Literature studies indicate that luteolin serves as the core signaling molecule enabling legumes to establish symbiotic relationships with rhizobia. It specifically attracts nitrogen-fixing bacteria in the soil to aggregate around roots and induces nodule formation, significantly enhancing biological nitrogen fixation efficiency. simultaneously, when plants suffer nematode infestation, roots mass-produce salicylic acid as a stress response signal. Cry proteins derived from Bacillus thuringiensis exhibit specific toxic effects against multiple plant-parasitic nematodes while maintaining high safety for beneficial soil organisms. Furthermore, as an environmentally responsive molecular switch, salicylic acid has been demonstrated in synthetic biology systems to enable precise regulation of “stress signal-target gene expression,” offering a viable pathway for dynamic nematode control.

Integrating existing research foundations with agricultural production needs, we decided to focus on the targeted design of engineered bacteria: using synthetic biology to construct dual-functional engineered bacteria. On one hand, they continuously synthesize luteolin to enhance attraction to nitrogen-fixing bacteria, promoting root nodule colonization and efficient nitrogen fixation; while also endowing them with a salicylic acid sensing module. When nematode feeding on roots elevates salicylic acid concentrations, the engineered bacteria rapidly activate cry protein expression, achieving precise nematode repellency. This approach simultaneously addresses the agricultural challenges of low nitrogen fixation efficiency and nematode damage.

To precisely define the project direction and solidify its theoretical foundation, we made a special visit to Professor Su Chao at Huazhong Agricultural University during the project's initial phase. Professor Su has long been engaged in research on nitrogen fixation through the legume-rhizobium symbiosis. We conducted in-depth interviews centered on three core topics: “Current Practices in Agricultural Nitrogen Fertilizer Application,” " Nitrogen Fixation Molecular Mechanisms of Rhizobia,“ and ”Regulatory Characteristics of Flavonoids on Nitrogen-Fixing Bacteria." These discussions provided critical academic references for project design.

Regarding pain points in the agricultural nitrogen fertilizer market and application, Professor Su highlighted, based on his team's years of field survey data: In current global agricultural production, traditional chemical nitrogen fertilizers account for over 70% of nitrogen inputs, yet crop utilization rates remain only 30%-40%. Unabsorbed nitrogen leaches or volatilizes into water bodies and the atmosphere, causing environmental issues such as water eutrophication and soil acidification. While biological nitrogen fixation (primarily through the rhizobium-legume symbiosis) enables “green nitrogen supply,” its efficiency in natural conditions is constrained by factors like soil microbial communities and climate. Commercial application coverage remains below 15%, creating a market gap characterized by “high demand and low efficiency”—a reality that further validates the necessity of our project to “optimize biological nitrogen fixation efficiency through synthetic biology.”

Regarding the molecular mechanism of rhizobial nitrogen fixation, Professor Su systematically dissected the core process of “plant-rhizobium signal interaction”: During growth, legumes secrete flavonoids into the soil. These compounds specifically recognize and bind to the NodD protein on the rhizobium cell membrane, activating expression of the nod gene cluster within the rhizobium. This triggers the synthesis and secretion of Nod factors by the rhizobium. Upon binding to receptors on plant root cell membranes, Nod factors induce root epidermal cell deformation and cortical cell division, ultimately forming nodule structures. Within these nodules, rhizobia differentiate into rhizobial cells, converting atmospheric nitrogen into ammonia via nitrogenase for plant uptake. This mechanism provides a clear molecular target for our subsequent work on “optimizing nitrogen fixation by regulating flavonoid secretion.”
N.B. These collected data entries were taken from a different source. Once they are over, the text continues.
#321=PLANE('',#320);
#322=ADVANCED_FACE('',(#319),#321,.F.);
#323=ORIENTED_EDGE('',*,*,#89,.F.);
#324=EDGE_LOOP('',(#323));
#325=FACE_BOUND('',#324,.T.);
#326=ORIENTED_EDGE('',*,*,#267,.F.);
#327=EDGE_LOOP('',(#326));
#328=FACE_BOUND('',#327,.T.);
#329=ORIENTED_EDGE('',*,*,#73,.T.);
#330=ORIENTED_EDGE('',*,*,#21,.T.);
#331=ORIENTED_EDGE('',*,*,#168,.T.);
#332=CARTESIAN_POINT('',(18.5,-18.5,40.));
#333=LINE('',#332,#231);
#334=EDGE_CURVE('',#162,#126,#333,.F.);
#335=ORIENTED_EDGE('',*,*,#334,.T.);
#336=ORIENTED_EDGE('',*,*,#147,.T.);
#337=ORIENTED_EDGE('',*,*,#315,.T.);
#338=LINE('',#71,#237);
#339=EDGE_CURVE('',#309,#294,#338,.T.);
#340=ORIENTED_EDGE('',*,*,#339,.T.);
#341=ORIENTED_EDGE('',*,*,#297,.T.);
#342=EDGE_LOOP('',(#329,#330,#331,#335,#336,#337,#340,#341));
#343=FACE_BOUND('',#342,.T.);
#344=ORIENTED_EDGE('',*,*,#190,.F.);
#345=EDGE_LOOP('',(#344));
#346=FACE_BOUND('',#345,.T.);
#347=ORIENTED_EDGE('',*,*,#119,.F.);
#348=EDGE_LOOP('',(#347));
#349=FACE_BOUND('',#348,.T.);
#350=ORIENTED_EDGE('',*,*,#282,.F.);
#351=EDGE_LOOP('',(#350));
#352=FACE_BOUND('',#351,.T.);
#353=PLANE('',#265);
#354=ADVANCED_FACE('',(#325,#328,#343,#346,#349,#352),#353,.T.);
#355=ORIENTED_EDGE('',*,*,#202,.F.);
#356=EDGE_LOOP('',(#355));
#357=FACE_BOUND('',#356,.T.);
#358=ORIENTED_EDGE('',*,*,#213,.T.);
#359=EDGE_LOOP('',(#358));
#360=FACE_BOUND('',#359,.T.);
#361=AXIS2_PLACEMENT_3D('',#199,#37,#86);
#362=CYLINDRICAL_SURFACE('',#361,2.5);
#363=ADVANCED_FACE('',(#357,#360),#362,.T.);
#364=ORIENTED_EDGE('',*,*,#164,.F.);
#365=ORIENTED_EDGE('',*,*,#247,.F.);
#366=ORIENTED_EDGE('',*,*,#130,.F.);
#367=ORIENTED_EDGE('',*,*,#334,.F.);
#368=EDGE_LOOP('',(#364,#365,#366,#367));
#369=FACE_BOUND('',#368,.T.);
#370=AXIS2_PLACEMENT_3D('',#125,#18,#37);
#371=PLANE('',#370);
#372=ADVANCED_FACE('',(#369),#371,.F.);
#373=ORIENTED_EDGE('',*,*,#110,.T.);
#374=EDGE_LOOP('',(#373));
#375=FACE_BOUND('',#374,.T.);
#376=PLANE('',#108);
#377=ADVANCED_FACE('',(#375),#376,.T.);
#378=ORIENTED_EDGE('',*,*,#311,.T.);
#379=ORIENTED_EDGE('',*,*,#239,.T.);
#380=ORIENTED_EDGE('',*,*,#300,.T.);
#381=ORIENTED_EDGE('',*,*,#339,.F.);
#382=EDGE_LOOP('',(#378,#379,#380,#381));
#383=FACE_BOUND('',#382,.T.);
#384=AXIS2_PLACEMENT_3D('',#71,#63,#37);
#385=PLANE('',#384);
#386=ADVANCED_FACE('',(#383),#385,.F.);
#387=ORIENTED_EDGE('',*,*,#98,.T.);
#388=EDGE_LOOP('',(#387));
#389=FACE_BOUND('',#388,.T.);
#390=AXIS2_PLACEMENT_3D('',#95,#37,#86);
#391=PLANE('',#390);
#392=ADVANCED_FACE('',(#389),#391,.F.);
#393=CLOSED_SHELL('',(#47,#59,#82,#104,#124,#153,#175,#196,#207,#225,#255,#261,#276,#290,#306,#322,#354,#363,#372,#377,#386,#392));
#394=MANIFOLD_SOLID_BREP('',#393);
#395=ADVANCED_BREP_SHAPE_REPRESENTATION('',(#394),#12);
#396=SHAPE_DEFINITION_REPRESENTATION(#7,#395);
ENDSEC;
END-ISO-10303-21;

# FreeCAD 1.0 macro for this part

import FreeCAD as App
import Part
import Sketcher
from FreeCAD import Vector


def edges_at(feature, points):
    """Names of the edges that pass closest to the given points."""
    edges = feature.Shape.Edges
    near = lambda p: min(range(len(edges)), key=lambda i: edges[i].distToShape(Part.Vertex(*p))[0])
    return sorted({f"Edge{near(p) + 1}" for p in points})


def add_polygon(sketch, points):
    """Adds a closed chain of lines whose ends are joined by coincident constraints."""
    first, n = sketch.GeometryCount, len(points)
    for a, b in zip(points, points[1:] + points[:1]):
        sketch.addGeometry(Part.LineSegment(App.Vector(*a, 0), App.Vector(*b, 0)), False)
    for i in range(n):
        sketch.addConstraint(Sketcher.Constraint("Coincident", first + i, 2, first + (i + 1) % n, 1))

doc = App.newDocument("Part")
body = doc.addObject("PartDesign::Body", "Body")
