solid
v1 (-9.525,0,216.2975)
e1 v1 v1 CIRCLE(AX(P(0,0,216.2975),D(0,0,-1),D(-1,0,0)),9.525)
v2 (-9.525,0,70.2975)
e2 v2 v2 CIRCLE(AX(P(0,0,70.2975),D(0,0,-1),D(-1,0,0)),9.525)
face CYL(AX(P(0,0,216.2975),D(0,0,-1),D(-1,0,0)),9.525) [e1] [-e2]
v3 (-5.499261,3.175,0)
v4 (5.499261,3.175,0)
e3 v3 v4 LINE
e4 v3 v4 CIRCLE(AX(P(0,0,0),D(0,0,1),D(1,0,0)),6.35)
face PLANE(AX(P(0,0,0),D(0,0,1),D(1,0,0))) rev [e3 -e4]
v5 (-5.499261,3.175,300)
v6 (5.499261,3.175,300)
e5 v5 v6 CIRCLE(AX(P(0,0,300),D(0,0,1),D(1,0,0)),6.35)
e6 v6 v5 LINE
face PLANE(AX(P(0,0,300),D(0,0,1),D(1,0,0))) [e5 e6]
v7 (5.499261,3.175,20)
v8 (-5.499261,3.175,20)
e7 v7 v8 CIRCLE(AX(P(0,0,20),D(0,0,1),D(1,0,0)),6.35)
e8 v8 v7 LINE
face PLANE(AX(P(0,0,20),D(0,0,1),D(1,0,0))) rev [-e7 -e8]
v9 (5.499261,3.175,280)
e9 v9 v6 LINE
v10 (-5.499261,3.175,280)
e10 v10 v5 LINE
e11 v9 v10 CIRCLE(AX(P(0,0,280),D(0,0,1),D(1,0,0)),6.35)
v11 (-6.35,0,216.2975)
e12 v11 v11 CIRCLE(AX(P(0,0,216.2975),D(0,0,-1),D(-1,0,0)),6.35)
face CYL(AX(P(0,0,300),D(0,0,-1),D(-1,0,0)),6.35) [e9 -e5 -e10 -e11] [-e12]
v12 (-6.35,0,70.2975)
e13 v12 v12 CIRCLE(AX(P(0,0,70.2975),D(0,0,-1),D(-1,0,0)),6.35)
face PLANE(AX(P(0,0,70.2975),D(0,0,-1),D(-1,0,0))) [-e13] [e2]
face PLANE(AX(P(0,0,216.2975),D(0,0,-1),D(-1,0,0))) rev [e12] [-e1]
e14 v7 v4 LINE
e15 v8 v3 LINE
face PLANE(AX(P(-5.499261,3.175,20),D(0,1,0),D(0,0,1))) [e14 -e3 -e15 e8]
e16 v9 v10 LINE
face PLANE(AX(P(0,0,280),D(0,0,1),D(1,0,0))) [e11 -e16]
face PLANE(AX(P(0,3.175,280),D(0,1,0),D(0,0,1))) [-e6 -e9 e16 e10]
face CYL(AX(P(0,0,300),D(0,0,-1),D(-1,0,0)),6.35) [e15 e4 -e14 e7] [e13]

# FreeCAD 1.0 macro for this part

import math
import FreeCAD as App
import Part
import Sketcher
Q = App.Units.Quantity

doc = App.newDocument("Part")
body = doc.addObject("PartDesign::Body", "Body")

sketch1 = body.newObject("Sketcher::SketchObject", "Sketch")
sketch1.AttachmentSupport = (doc.getObject("XY_Plane"), [""])
sketch1.MapMode = "FlatFace"
sketch1.addGeometry(Part.Circle(App.Vector(0, 0, 0), App.Vector(0, 0, 1), 6.35), False)
sketch1.addConstraint([
    Sketcher.Constraint("Coincident", 0, 3, -1, 1),
    Sketcher.Constraint("Diameter", 0, Q("12.7 mm")),
])
pad1 = body.newObject("PartDesign::Pad", "Pad")
pad1.Profile = sketch1
pad1.Length = 300

sketch2 = body.newObject("Sketcher::SketchObject", "Sketch001")
sketch2.AttachmentSupport = (doc.getObject("XY_Plane"), [""])
sketch2.MapMode = "FlatFace"
sketch2.AttachmentOffset = App.Placement(App.Vector(0, 0, 70.2975), App.Rotation())
sketch2.addGeometry(Part.Circle(App.Vector(0, 0, 0), App.Vector(0, 0, 1), 9.525), False)
sketch2.addConstraint([
    Sketcher.Constraint("Coincident", 0, 3, -1, 1),
    Sketcher.Constraint("Diameter", 0, Q("19.05 mm")),
])
pad2 = body.newObject("PartDesign::Pad", "Pad001")
pad2.Profile = sketch2
pad2.Length = 146

sketch3 = body.newObject("Sketcher::SketchObject", "Sketch002")
sketch3.AttachmentSupport = (doc.getObject("XY_Plane"), [""])
sketch3.MapMode = "FlatFace"
sketch3.addGeometry([
    Part.LineSegment(App.Vector(-5.499261, 3.175, 0), App.Vector(5.499261, 3.175, 0)),
    Part.ArcOfCircle(Part.Circle(App.Vector(0, 0, 0), App.Vector(0, 0, 1), 6.35), math.radians(30), math.radians(150)),
], False)
sketch3.addConstraint([
    Sketcher.Constraint("Coincident", 0, 1, 1, 2),
    Sketcher.Constraint("Coincident", 1, 1, 0, 2),
    Sketcher.Constraint("Horizontal", 0),
    Sketcher.Constraint("Coincident", 1, 3, -1, 1),
    Sketcher.Constraint("Radius", 1, Q("6.35 mm")),
    Sketcher.Constraint("DistanceY", -1, 1, 0, 1, Q("3.175 mm")),
])
pocket1 = body.newObject("PartDesign::Pocket", "Pocket")
pocket1.Profile = sketch3
pocket1.Length = 20
pocket1.Reversed = True

sketch4 = body.newObject("Sketcher::SketchObject", "Sketch003")
sketch4.AttachmentSupport = (doc.getObject("XY_Plane"), [""])
sketch4.MapMode = "FlatFace"
sketch4.AttachmentOffset = App.Placement(App.Vector(0, 0, 280), App.Rotation())
sketch4.addGeometry([
    Part.LineSegment(App.Vector(-5.499261, 3.175, 0), App.Vector(5.499261, 3.175, 0)),
    Part.ArcOfCircle(Part.Circle(App.Vector(0, 0, 0), App.Vector(0, 0, 1), 6.35), math.radians(30), math.radians(150)),
], False)
sketch4.addConstraint([
    Sketcher.Constraint("Coincident", 0, 1, 1, 2),
    Sketcher.Constraint("Coincident", 1, 1, 0, 2),
    Sketcher.Constraint("Horizontal", 0),
    Sketcher.Constraint("Coincident", 1, 3, -1, 1),
    Sketcher.Constraint("Radius", 1, Q("6.35 mm")),
    Sketcher.Constraint("DistanceY", -1, 1, 0, 1, Q("3.175 mm")),
])
pocket2 = body.newObject("PartDesign::Pocket", "Pocket001")
pocket2.Profile = sketch4
pocket2.Length = 20
pocket2.Reversed = True

doc.recompute()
Regarding the regulatory effects of luteolin and naringenin (flavonoids) on nitrogen-fixing bacteria, Professor Su particularly highlighted the current “mechanistic blind spot” in research: Although existing studies have confirmed that both can act as signaling molecules to induce nod gene expression in rhizobia, and while it is known that naringin serves as a precursor to luteolin, the core mechanisms by which they regulate nitrogen-fixing bacteria remain incompletely understood. Based on this understanding, we are more inclined to select luteolin as the core signaling molecule in our subsequent work.

In early experimental planning, we interviewed Professor Peilin Li (UCSF) to validate our approach, presenting two core modules—"Luteolin-Mediated Nitrogen Fixation" and "Salicylic Acid-Induced Nematode Repellency"—based on a single engineered microbe. Professor Li noted that while shared use of one bacterium avoids multi-strain compatibility issues, the modules remain isolated: the nematode repellency system only activates cry proteins via nematode-triggered salicylic acid, lacking coordination for "legume-nitrogen-fixing bacteria-nematode" interactions.

This critique revealed a lack of systemic connectivity. Post-interview, literature reviews clarified nodulation-nematode links: nematodes damage root hairs (critical for rhizobial colonization) and secrete effectors suppressing nodulation genes (e.g., *ENOD40*, *NOD25*), inhibiting nodule formation. Conversely, healthy nodules thicken root cell walls and secrete antimicrobials, reducing nematode invasion—creating a "nodule protection-nematode control" feedback loop. These findings validated Professor Li’s assessment, supporting improved "nitrogen fixation-nematode control" synergy and guiding protocol optimization.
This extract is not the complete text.